# [Exercise prompt]
Go to the line holding "rev [e11] [-e7]" in the entries below and write out exactly every line down to and including the line holding "Rebuilt in FreeCAD, every".
START Record extracts
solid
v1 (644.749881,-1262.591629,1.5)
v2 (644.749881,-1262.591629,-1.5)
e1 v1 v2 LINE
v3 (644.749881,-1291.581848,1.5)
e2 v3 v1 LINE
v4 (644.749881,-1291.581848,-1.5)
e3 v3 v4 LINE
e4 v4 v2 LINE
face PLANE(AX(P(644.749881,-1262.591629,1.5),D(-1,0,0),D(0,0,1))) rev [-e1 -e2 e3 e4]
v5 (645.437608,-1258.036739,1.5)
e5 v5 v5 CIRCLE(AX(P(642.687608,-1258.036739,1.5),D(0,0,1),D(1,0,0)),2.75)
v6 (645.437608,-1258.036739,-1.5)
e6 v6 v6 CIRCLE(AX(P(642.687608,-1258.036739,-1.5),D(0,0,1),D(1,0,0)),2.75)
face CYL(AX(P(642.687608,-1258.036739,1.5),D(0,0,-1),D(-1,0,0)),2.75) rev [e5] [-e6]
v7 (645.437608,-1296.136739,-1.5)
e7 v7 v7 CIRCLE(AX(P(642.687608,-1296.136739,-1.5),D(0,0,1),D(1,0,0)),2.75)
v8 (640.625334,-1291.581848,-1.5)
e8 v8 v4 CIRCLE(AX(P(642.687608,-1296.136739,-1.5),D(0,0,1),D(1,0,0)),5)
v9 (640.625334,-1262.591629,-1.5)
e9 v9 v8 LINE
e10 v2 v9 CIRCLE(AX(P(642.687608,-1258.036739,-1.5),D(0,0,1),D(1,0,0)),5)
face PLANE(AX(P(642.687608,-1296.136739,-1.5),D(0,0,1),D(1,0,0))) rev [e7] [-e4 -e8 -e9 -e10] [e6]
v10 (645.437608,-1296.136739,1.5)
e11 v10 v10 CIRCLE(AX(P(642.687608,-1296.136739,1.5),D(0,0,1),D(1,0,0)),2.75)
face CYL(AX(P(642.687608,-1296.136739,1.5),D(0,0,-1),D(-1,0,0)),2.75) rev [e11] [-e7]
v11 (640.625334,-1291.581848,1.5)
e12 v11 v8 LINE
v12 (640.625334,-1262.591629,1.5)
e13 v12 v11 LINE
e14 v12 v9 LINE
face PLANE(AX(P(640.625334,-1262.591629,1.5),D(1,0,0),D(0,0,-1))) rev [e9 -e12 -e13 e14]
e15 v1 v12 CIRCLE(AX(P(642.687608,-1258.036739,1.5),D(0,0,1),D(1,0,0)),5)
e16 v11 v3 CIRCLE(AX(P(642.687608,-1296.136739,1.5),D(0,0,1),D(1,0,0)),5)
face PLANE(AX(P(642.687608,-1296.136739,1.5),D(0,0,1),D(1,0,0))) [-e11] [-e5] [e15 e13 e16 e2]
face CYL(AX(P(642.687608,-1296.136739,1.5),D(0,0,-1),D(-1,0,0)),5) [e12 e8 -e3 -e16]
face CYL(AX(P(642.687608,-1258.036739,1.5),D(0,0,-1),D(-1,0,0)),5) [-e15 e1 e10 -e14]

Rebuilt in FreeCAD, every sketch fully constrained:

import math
import FreeCAD as App
import Part
import Sketcher

V = App.Vector

doc = App.newDocument("Part")
body = doc.addObject("PartDesign::Body", "Body")

sketch1 = body.newObject("Sketcher::SketchObject", "Sketch")
sketch1.AttachmentSupport = (doc.getObject("XY_Plane"), [""])
sketch1.MapMode = "FlatFace"
sketch1.addGeometry(Part.LineSegment(V(644.7, -1291.6, 0), V(644.7, -1262.6, 0)), False)
sketch1.addGeometry(Part.ArcOfCircle(Part.Circle(V(642.7, -1258, 0), V(0, 0, 1), 5), math.radians(-66), math.radians(246)), False)
sketch1.addGeometry(Part.LineSegment(V(640.6, -1262.6, 0), V(640.6, -1291.6, 0)), False)
sketch1.addGeometry(Part.ArcOfCircle(Part.Circle(V(642.7, -1296.1, 0), V(0, 0, 1), 5), math.radians(114), math.radians(426)), False)
sketch1.addGeometry(Part.Circle(V(642.7, -1296.1, 0), V(0, 0, 1), 2.8), False)
sketch1.addGeometry(Part.Circle(V(642.7, -1258, 0), V(0, 0, 1), 2.8), False)
sketch1.addConstraint(Sketcher.Constraint("Coincident", 0, 2, 1, 1))
sketch1.addConstraint(Sketcher.Constraint("Coincident", 1, 2, 2, 1))
sketch1.addConstraint(Sketcher.Constraint("Coincident", 2, 2, 3, 1))
sketch1.addConstraint(Sketcher.Constraint("Coincident", 3, 2, 0, 1))
sketch1.addConstraint(Sketcher.Constraint("Vertical", 0))
sketch1.addConstraint(Sketcher.Constraint("Vertical", 2))
sketch1.addConstraint(Sketcher.Constraint("Coincident", 4, 3, 3, 3))
sketch1.addConstraint(Sketcher.Constraint("Coincident", 5, 3, 1, 3))
sketch1.addConstraint(Sketcher.Constraint("Equal", 1, 3))
sketch1.addConstraint(Sketcher.Constraint("Equal", 4, 5))
sketch1.addConstraint(Sketcher.Constraint("Horizontal", 0, 2, 1, 2))
sketch1.addConstraint(Sketcher.Constraint("Horizontal", 2, 2, 3, 2))
sketch1.addConstraint(Sketcher.Constraint("Radius", 1, 5.0))
sketch1.addConstraint(Sketcher.Constraint("Diameter", 4, 5.5))
sketch1.addConstraint(Sketcher.Constraint("DistanceY", 3, 3, 1, 3, 38.1))
sketch1.addConstraint(Sketcher.Constraint("DistanceY", 0, 1, 0, 2, 28.990219))
sketch1.addConstraint(Sketcher.Constraint("DistanceY", 1, 3, -1, 1, 1258.036739))
sketch1.addConstraint(Sketcher.Constraint("DistanceX", -1, 1, 0, 2, 644.749881))
pad1 = body.newObject("PartDesign::Pad", "Pad")
pad1.Profile = sketch1
pad1.Length = 3
pad1.Midplane = True

doc.recompute()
END Record extracts
# [Response for this exercise]
face CYL(AX(P(642.687608,-1296.136739,1.5),D(0,0,-1),D(-1,0,0)),2.75) rev [e11] [-e7]
v11 (640.625334,-1291.581848,1.5)
e12 v11 v8 LINE
v12 (640.625334,-1262.591629,1.5)
e13 v12 v11 LINE
e14 v12 v9 LINE
face PLANE(AX(P(640.625334,-1262.591629,1.5),D(1,0,0),D(0,0,-1))) rev [e9 -e12 -e13 e14]
e15 v1 v12 CIRCLE(AX(P(642.687608,-1258.036739,1.5),D(0,0,1),D(1,0,0)),5)
e16 v11 v3 CIRCLE(AX(P(642.687608,-1296.136739,1.5),D(0,0,1),D(1,0,0)),5)
face PLANE(AX(P(642.687608,-1296.136739,1.5),D(0,0,1),D(1,0,0))) [-e11] [-e5] [e15 e13 e16 e2]
face CYL(AX(P(642.687608,-1296.136739,1.5),D(0,0,-1),D(-1,0,0)),5) [e12 e8 -e3 -e16]
face CYL(AX(P(642.687608,-1258.036739,1.5),D(0,0,-1),D(-1,0,0)),5) [-e15 e1 e10 -e14]

Rebuilt in FreeCAD, every sketch fully constrained:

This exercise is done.